Part of Armer’s performance on August 24th will also be a tribute to her many years of friendship with Le Guin, widely hailed as one of the most influential figures in 20th-century fiction. Le Guin’s daughter Elisabeth was a student in Armer’s first counterpoint class, and the two kept in touch; Armer and Ursula met at Elisabeth’s wedding. But Armer says the two felt as if they’d known each other already: Her father grew up in the house next door to Ursula’s childhood home.

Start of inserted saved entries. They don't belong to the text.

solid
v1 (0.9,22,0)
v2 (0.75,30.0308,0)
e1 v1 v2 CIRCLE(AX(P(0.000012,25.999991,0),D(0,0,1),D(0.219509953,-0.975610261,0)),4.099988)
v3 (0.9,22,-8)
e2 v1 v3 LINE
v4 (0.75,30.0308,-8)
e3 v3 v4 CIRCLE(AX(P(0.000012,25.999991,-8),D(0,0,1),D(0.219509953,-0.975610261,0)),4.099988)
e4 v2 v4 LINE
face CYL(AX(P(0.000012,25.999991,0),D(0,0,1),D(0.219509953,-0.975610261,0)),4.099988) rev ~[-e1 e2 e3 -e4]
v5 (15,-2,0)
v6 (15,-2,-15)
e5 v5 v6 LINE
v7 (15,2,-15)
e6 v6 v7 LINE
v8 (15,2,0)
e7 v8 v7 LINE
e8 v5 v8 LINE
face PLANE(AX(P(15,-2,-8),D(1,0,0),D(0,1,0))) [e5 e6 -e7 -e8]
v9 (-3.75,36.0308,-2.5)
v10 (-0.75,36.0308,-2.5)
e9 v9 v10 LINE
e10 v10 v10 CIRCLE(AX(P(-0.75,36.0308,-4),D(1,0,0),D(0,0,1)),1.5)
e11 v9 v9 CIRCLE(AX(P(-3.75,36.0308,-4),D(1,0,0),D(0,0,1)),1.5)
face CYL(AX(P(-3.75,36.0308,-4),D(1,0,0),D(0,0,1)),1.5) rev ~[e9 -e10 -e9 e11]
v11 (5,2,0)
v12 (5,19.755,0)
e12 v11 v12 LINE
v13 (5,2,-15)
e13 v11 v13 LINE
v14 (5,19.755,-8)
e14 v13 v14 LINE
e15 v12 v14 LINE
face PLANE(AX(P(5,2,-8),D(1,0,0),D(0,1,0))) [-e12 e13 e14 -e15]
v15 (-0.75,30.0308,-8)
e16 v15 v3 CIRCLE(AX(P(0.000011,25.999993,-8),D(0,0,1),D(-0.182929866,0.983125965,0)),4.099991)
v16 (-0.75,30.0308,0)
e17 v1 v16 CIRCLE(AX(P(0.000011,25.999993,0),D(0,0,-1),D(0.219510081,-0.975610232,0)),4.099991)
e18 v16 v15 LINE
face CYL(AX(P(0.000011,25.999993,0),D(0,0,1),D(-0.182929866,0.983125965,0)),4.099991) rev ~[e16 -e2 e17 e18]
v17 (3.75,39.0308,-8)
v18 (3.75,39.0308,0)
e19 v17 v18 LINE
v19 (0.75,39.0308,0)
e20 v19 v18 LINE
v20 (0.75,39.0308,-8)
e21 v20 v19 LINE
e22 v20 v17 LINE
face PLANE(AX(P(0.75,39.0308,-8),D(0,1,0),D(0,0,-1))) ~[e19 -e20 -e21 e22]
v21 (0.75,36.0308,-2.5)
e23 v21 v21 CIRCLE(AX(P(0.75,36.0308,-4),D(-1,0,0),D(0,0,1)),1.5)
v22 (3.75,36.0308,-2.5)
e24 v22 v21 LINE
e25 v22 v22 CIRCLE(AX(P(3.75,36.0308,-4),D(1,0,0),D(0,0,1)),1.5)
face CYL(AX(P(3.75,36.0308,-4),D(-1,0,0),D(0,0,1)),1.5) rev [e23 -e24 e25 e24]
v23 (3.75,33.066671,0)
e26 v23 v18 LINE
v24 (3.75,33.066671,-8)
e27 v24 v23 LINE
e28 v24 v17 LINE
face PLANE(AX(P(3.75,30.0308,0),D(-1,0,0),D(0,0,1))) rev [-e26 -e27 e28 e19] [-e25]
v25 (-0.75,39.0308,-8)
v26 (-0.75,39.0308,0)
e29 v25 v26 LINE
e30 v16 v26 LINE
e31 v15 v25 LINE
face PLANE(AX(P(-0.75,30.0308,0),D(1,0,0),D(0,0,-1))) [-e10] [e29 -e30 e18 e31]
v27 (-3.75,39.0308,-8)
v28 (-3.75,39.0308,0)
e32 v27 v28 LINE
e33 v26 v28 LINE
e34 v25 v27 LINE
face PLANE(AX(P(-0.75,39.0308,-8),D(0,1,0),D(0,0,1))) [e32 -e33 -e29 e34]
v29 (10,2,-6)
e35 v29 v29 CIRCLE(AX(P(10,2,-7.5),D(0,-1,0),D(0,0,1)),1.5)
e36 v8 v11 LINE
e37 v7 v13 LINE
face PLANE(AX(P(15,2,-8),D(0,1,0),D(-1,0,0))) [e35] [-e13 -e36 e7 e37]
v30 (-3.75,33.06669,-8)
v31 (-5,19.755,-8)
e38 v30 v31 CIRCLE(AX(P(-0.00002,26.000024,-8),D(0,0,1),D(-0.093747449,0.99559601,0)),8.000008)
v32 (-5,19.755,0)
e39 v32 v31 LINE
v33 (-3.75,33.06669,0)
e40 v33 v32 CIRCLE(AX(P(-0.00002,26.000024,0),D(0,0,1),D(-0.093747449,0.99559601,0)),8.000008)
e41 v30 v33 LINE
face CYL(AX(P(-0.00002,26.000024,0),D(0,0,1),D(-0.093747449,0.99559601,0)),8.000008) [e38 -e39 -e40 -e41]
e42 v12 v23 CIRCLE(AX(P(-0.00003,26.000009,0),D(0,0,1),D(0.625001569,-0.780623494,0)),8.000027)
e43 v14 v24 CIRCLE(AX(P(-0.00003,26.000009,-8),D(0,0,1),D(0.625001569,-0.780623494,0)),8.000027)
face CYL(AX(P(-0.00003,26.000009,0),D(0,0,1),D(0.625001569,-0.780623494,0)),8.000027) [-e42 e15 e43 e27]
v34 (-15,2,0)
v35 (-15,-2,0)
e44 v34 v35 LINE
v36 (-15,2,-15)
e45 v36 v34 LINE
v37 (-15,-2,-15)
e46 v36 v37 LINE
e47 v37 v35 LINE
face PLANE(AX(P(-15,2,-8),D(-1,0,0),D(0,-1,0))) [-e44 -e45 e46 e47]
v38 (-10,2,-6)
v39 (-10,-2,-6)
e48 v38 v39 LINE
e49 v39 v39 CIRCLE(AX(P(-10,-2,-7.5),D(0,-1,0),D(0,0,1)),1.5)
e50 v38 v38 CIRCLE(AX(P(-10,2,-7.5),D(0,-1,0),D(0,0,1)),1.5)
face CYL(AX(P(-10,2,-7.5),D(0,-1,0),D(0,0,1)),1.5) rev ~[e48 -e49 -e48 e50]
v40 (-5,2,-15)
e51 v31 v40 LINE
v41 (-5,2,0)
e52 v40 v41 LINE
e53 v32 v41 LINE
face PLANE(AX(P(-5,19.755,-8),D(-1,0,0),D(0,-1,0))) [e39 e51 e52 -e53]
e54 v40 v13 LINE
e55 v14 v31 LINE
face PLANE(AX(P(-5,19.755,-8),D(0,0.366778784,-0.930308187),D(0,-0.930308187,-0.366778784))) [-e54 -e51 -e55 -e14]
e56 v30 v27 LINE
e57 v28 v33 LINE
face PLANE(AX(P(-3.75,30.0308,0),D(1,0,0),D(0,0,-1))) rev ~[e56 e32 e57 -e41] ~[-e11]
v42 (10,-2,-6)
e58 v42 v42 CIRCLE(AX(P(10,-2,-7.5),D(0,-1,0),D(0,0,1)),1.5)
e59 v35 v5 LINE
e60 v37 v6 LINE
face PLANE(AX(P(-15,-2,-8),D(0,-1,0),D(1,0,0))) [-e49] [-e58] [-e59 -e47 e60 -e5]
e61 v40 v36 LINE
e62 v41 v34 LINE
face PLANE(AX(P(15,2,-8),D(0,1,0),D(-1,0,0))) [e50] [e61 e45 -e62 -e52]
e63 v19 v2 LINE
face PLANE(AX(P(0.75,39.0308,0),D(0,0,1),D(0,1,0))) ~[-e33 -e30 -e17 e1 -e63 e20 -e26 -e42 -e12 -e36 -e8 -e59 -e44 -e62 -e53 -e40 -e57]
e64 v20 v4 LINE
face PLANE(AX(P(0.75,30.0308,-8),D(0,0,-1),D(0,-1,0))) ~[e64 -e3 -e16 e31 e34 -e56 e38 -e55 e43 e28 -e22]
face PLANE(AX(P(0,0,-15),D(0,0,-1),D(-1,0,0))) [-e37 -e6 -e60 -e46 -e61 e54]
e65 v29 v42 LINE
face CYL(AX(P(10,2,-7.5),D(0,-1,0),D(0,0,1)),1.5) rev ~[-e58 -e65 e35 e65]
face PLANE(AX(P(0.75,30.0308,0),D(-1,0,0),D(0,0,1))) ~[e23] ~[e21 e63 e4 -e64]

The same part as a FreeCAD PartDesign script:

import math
import FreeCAD as App
import Part
import Sketcher
from FreeCAD import Vector
Q = App.Units.Quantity

doc = App.newDocument("Part")
body = doc.addObject("PartDesign::Body", "Body")

sketch1 = doc.addObject("Sketcher::SketchObject", "Sketch")
body.addObject(sketch1)
sketch1.AttachmentSupport = (doc.XY_Plane, [""])
sketch1.MapMode = "FlatFace"
sketch1.addGeometry([
    Part.LineSegment(Vector(-15, 2, 0), Vector(-15, -2, 0)),
    Part.LineSegment(Vector(-15, -2, 0), Vector(15, -2, 0)),
    Part.LineSegment(Vector(15, -2, 0), Vector(15, 2, 0)),
    Part.LineSegment(Vector(15, 2, 0), Vector(5, 2, 0)),
    Part.LineSegment(Vector(5, 2, 0), Vector(5, 19.755, 0)),
    Part.ArcOfCircle(Part.Circle(Vector(0, 26, 0), Vector(0, 0, 1), 8.000034), math.radians(-51.317822), math.radians(84.620644)),
    Part.LineSegment(Vector(0.75, 33.9648, 0), Vector(0.75, 30.0308, 0)),
    Part.ArcOfCircle(Part.Circle(Vector(0, 26, 0), Vector(0, 0, 1), 4.099982), math.radians(-77.319617), math.radians(79.459666)),
    Part.ArcOfCircle(Part.Circle(Vector(0, 26, 0), Vector(0, 0, 1), 4.099982), math.radians(100.540334), math.radians(282.680383)),
    Part.LineSegment(Vector(-0.75, 30.0308, 0), Vector(-0.75, 33.9648, 0)),
    Part.ArcOfCircle(Part.Circle(Vector(0, 26, 0), Vector(0, 0, 1), 8.000002), math.radians(95.379356), math.radians(231.317822)),
    Part.LineSegment(Vector(-5, 19.755, 0), Vector(-5, 2, 0)),
    Part.LineSegment(Vector(-5, 2, 0), Vector(-15, 2, 0)),
], False)
sketch1.addConstraint([
    Sketcher.Constraint("Coincident", 0, 2, 1, 1),
    Sketcher.Constraint("Coincident", 1, 2, 2, 1),
    Sketcher.Constraint("Coincident", 2, 2, 3, 1),
    Sketcher.Constraint("Coincident", 3, 2, 4, 1),
    Sketcher.Constraint("Coincident", 4, 2, 5, 1),
    Sketcher.Constraint("Coincident", 5, 2, 6, 1),
    Sketcher.Constraint("Coincident", 6, 2, 7, 2),
    Sketcher.Constraint("Tangent", 7, 1, 8, 2),
    Sketcher.Constraint("Coincident", 8, 1, 9, 1),
    Sketcher.Constraint("Coincident", 9, 2, 10, 1),
    Sketcher.Constraint("Coincident", 10, 2, 11, 1),
    Sketcher.Constraint("Coincident", 11, 2, 12, 1),
    Sketcher.Constraint("Coincident", 12, 2, 0, 1),
    Sketcher.Constraint("Vertical", 0),
    Sketcher.Constraint("Horizontal", 1),
    Sketcher.Constraint("Vertical", 2),
    Sketcher.Constraint("Horizontal", 3),
    Sketcher.Constraint("Vertical", 4),
    Sketcher.Constraint("Vertical", 6),
    Sketcher.Constraint("Vertical", 9),
    Sketcher.Constraint("Vertical", 11),
    Sketcher.Constraint("Horizontal", 12),
    Sketcher.Constraint("Coincident", 7, 3, 5, 3),
    Sketcher.Constraint("Coincident", 10, 3, 5, 3),
    Sketcher.Constraint("Equal", 7, 8),
    Sketcher.Constraint("Equal", 5, 10),
    Sketcher.Constraint("Symmetric", 0, 2, 2, 2, -1, 1),
    Sketcher.Constraint("Symmetric", 6, 2, 8, 1, -2),
    Sketcher.Constraint("Symmetric", 3, 2, 11, 2, -2),
    Sketcher.Constraint("Radius", 5, Q("8 mm")),
    Sketcher.Constraint("Radius", 7, Q("4.1 mm")),
    Sketcher.Constraint("DistanceX", 1, 1, 1, 2, Q("30 mm")),
    Sketcher.Constraint("DistanceX", 3, 2, 3, 1, Q("10 mm")),
    Sketcher.Constraint("DistanceY", 0, 2, 0, 1, Q("4 mm")),
    Sketcher.Constraint("DistanceY", 7, 1, 5, 3, Q("4 mm")),
    Sketcher.Constraint("DistanceY", 12, 2, 7, 1, Q("20 mm")),
    Sketcher.Constraint("DistanceX", 8, 1, 6, 2, Q("1.5 mm")),
])
pad1 = doc.addObject("PartDesign::Pad", "Pad")
body.addObject(pad1)
pad1.Profile = sketch1
pad1.Length = 8
pad1.Reversed = True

“I asked her very naively if she’d written any poems, and she sent me several volumes,” Armer recalls of their first collaboration. Le Guin died in 2018, and Armer began getting a tribute recording in shape, which like so many others was stymied by the pandemic. However, the record, To the Western Sea, will be finally seeing the light of day in October and will include a piece using the last poem Le Guin ever wrote, which is what Scharich will be singing this week.

The record’s personnel is another testament to the strength of the bonds Armer has to the Conservatory: Wendy Hillhouse, another SFCM alum—and a voice professor at the school for 13 years—sings on it, as does mezzo-soprano Mariya Kaganskaya, whose mother, Alla Gladysheva, is also on SFCM’s faculty. “I don’t think there’s a single musician on the record who hasn’t been affiliated with the Conservatory at one point or another,” Armer added.

"I'm a shining example of how you can build a life by keeping the same collaborators and colleagues over the span of a lifetime,” Armer concludes. “It doesn't mean you can't get out in the world, but that base and that core is something to take root in and grow from."